• ABOUT THIS EXERCISE: Here are some entries; quote each one exactly.

• SOURCE RECORDS:
····················

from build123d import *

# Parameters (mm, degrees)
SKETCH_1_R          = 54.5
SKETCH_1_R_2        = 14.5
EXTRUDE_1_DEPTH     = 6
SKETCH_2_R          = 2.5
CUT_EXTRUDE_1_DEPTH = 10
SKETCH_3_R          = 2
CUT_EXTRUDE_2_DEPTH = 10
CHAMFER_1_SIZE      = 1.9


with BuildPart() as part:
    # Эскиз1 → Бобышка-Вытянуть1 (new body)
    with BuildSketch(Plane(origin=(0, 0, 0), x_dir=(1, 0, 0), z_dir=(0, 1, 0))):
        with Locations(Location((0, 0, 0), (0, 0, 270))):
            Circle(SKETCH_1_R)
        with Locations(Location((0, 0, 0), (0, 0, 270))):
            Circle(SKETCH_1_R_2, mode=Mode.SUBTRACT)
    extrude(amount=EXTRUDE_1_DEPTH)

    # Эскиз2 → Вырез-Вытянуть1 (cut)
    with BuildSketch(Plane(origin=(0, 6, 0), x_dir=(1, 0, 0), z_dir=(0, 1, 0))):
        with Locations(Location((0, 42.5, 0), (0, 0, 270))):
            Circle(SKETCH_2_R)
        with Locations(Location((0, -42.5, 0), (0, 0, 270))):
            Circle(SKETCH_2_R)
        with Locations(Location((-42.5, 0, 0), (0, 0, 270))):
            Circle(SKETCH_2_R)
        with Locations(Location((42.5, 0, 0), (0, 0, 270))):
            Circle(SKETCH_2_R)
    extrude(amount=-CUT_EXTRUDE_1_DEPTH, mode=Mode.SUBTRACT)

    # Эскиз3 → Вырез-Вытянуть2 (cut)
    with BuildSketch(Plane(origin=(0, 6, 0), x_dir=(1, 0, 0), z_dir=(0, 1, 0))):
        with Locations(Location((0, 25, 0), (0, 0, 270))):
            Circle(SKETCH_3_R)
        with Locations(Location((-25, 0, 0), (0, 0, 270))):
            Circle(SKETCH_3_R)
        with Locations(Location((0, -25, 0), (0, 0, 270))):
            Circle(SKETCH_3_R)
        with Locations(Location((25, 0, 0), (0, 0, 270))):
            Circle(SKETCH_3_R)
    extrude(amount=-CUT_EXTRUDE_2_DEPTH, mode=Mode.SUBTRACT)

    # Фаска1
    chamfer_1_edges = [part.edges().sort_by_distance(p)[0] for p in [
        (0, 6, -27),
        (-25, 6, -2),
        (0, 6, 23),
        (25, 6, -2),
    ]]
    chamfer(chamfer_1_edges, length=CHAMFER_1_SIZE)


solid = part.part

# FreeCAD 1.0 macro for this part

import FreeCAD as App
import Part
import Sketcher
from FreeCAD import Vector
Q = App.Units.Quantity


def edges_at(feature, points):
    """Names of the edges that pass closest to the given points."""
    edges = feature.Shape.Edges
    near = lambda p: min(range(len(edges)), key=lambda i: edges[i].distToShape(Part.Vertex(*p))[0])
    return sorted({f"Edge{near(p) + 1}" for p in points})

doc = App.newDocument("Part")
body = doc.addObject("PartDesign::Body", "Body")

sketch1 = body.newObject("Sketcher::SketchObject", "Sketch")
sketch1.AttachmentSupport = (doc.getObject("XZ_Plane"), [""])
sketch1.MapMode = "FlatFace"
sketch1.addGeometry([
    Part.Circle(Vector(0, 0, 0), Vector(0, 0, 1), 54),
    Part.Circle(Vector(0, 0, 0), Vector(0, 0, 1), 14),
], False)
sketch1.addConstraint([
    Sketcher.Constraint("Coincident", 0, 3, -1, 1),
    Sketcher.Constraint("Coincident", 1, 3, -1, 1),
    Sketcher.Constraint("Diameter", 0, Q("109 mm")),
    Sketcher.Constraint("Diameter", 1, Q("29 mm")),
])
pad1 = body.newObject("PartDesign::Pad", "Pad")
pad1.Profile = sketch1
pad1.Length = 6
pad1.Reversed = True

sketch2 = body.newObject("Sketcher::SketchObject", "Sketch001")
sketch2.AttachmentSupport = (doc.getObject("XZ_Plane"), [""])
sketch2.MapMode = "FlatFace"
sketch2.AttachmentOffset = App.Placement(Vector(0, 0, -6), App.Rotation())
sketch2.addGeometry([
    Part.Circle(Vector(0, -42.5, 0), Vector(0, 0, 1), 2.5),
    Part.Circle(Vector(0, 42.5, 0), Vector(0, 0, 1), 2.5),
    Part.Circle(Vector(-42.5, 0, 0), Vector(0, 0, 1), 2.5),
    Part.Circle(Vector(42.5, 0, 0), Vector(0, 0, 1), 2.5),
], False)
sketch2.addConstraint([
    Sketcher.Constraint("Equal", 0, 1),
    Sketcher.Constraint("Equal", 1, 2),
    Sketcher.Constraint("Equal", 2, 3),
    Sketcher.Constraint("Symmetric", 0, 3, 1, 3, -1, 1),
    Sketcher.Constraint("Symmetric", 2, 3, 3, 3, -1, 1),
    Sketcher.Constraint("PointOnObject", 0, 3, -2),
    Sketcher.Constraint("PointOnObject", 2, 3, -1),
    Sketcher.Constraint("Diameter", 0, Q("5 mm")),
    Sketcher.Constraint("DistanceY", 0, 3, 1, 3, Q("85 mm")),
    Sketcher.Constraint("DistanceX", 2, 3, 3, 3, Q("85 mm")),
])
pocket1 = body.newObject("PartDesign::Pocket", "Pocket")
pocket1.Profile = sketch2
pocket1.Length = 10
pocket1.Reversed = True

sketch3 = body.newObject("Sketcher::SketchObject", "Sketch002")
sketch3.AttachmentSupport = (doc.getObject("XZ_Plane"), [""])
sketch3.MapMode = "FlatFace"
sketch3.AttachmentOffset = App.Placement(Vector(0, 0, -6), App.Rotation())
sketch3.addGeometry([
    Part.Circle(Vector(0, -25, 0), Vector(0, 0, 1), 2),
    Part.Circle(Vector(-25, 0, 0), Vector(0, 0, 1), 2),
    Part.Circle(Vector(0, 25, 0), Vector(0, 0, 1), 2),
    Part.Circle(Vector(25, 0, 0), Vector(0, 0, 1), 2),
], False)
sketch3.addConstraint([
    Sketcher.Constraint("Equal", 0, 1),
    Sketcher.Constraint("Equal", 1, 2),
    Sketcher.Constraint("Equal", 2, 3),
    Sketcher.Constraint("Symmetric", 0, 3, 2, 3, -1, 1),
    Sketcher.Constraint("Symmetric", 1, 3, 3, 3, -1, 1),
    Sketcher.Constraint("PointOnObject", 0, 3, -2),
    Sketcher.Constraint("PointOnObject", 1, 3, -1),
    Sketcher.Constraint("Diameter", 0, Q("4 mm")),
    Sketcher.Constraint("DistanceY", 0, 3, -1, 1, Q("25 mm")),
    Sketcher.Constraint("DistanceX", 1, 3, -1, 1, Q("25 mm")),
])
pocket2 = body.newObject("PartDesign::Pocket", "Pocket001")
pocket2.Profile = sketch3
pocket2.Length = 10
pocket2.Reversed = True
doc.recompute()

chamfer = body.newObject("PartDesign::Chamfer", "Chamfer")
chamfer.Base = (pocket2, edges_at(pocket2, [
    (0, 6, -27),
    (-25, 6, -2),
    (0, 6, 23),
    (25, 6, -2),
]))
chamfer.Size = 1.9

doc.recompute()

····················

• SOLVED EXERCISE:
from build123d import *

# Parameters (mm, degrees)
SKETCH_1_R          = 54.5
SKETCH_1_R_2        = 14.5
EXTRUDE_1_DEPTH     = 6
SKETCH_2_R          = 2.5
CUT_EXTRUDE_1_DEPTH = 10
SKETCH_3_R          = 2
CUT_EXTRUDE_2_DEPTH = 10
CHAMFER_1_SIZE      = 1.9


with BuildPart() as part:
    # Эскиз1 → Бобышка-Вытянуть1 (new body)
    with BuildSketch(Plane(origin=(0, 0, 0), x_dir=(1, 0, 0), z_dir=(0, 1, 0))):
        with Locations(Location((0, 0, 0), (0, 0, 270))):
            Circle(SKETCH_1_R)
        with Locations(Location((0, 0, 0), (0, 0, 270))):
            Circle(SKETCH_1_R_2, mode=Mode.SUBTRACT)
    extrude(amount=EXTRUDE_1_DEPTH)

    # Эскиз2 → Вырез-Вытянуть1 (cut)
    with BuildSketch(Plane(origin=(0, 6, 0), x_dir=(1, 0, 0), z_dir=(0, 1, 0))):
        with Locations(Location((0, 42.5, 0), (0, 0, 270))):
            Circle(SKETCH_2_R)
        with Locations(Location((0, -42.5, 0), (0, 0, 270))):
            Circle(SKETCH_2_R)
        with Locations(Location((-42.5, 0, 0), (0, 0, 270))):
            Circle(SKETCH_2_R)
        with Locations(Location((42.5, 0, 0), (0, 0, 270))):
            Circle(SKETCH_2_R)
    extrude(amount=-CUT_EXTRUDE_1_DEPTH, mode=Mode.SUBTRACT)

    # Эскиз3 → Вырез-Вытянуть2 (cut)
    with BuildSketch(Plane(origin=(0, 6, 0), x_dir=(1, 0, 0), z_dir=(0, 1, 0))):
        with Locations(Location((0, 25, 0), (0, 0, 270))):
            Circle(SKETCH_3_R)
        with Locations(Location((-25, 0, 0), (0, 0, 270))):
            Circle(SKETCH_3_R)
        with Locations(Location((0, -25, 0), (0, 0, 270))):
            Circle(SKETCH_3_R)
        with Locations(Location((25, 0, 0), (0, 0, 270))):
            Circle(SKETCH_3_R)
    extrude(amount=-CUT_EXTRUDE_2_DEPTH, mode=Mode.SUBTRACT)

    # Фаска1
    chamfer_1_edges = [part.edges().sort_by_distance(p)[0] for p in [
        (0, 6, -27),
        (-25, 6, -2),
        (0, 6, 23),
        (25, 6, -2),
    ]]
    chamfer(chamfer_1_edges, length=CHAMFER_1_SIZE)


solid = part.part

# FreeCAD 1.0 macro for this part

import FreeCAD as App
import Part
import Sketcher
from FreeCAD import Vector
Q = App.Units.Quantity


def edges_at(feature, points):
    """Names of the edges that pass closest to the given points."""
    edges = feature.Shape.Edges
    near = lambda p: min(range(len(edges)), key=lambda i: edges[i].distToShape(Part.Vertex(*p))[0])
    return sorted({f"Edge{near(p) + 1}" for p in points})

doc = App.newDocument("Part")
body = doc.addObject("PartDesign::Body", "Body")

sketch1 = body.newObject("Sketcher::SketchObject", "Sketch")
sketch1.AttachmentSupport = (doc.getObject("XZ_Plane"), [""])
sketch1.MapMode = "FlatFace"
sketch1.addGeometry([
    Part.Circle(Vector(0, 0, 0), Vector(0, 0, 1), 54),
    Part.Circle(Vector(0, 0, 0), Vector(0, 0, 1), 14),
], False)
sketch1.addConstraint([
    Sketcher.Constraint("Coincident", 0, 3, -1, 1),
    Sketcher.Constraint("Coincident", 1, 3, -1, 1),
    Sketcher.Constraint("Diameter", 0, Q("109 mm")),
    Sketcher.Constraint("Diameter", 1, Q("29 mm")),
])
pad1 = body.newObject("PartDesign::Pad", "Pad")
pad1.Profile = sketch1
pad1.Length = 6
pad1.Reversed = True

sketch2 = body.newObject("Sketcher::SketchObject", "Sketch001")
sketch2.AttachmentSupport = (doc.getObject("XZ_Plane"), [""])
sketch2.MapMode = "FlatFace"
sketch2.AttachmentOffset = App.Placement(Vector(0, 0, -6), App.Rotation())
sketch2.addGeometry([
    Part.Circle(Vector(0, -42.5, 0), Vector(0, 0, 1), 2.5),
    Part.Circle(Vector(0, 42.5, 0), Vector(0, 0, 1), 2.5),
    Part.Circle(Vector(-42.5, 0, 0), Vector(0, 0, 1), 2.5),
    Part.Circle(Vector(42.5, 0, 0), Vector(0, 0, 1), 2.5),
], False)
sketch2.addConstraint([
    Sketcher.Constraint("Equal", 0, 1),
    Sketcher.Constraint("Equal", 1, 2),
    Sketcher.Constraint("Equal", 2, 3),
    Sketcher.Constraint("Symmetric", 0, 3, 1, 3, -1, 1),
    Sketcher.Constraint("Symmetric", 2, 3, 3, 3, -1, 1),
    Sketcher.Constraint("PointOnObject", 0, 3, -2),
    Sketcher.Constraint("PointOnObject", 2, 3, -1),
    Sketcher.Constraint("Diameter", 0, Q("5 mm")),
    Sketcher.Constraint("DistanceY", 0, 3, 1, 3, Q("85 mm")),
    Sketcher.Constraint("DistanceX", 2, 3, 3, 3, Q("85 mm")),
])
pocket1 = body.newObject("PartDesign::Pocket", "Pocket")
pocket1.Profile = sketch2
pocket1.Length = 10
pocket1.Reversed = True

sketch3 = body.newObject("Sketcher::SketchObject", "Sketch002")
sketch3.AttachmentSupport = (doc.getObject("XZ_Plane"), [""])
sketch3.MapMode = "FlatFace"
sketch3.AttachmentOffset = App.Placement(Vector(0, 0, -6), App.Rotation())
sketch3.addGeometry([
    Part.Circle(Vector(0, -25, 0), Vector(0, 0, 1), 2),
    Part.Circle(Vector(-25, 0, 0), Vector(0, 0, 1), 2),
    Part.Circle(Vector(0, 25, 0), Vector(0, 0, 1), 2),
    Part.Circle(Vector(25, 0, 0), Vector(0, 0, 1), 2),
], False)
sketch3.addConstraint([
    Sketcher.Constraint("Equal", 0, 1),
    Sketcher.Constraint("Equal", 1, 2),
    Sketcher.Constraint("Equal", 2, 3),
    Sketcher.Constraint("Symmetric", 0, 3, 2, 3, -1, 1),
    Sketcher.Constraint("Symmetric", 1, 3, 3, 3, -1, 1),
    Sketcher.Constraint("PointOnObject", 0, 3, -2),
    Sketcher.Constraint("PointOnObject", 1, 3, -1),
    Sketcher.Constraint("Diameter", 0, Q("4 mm")),
    Sketcher.Constraint("DistanceY", 0, 3, -1, 1, Q("25 mm")),
    Sketcher.Constraint("DistanceX", 1, 3, -1, 1, Q("25 mm")),
])
pocket2 = body.newObject("PartDesign::Pocket", "Pocket001")
pocket2.Profile = sketch3
pocket2.Length = 10
pocket2.Reversed = True
doc.recompute()

chamfer = body.newObject("PartDesign::Chamfer", "Chamfer")
chamfer.Base = (pocket2, edges_at(pocket2, [
    (0, 6, -27),
    (-25, 6, -2),
    (0, 6, 23),
    (25, 6, -2),
]))
chamfer.Size = 1.9

doc.recompute()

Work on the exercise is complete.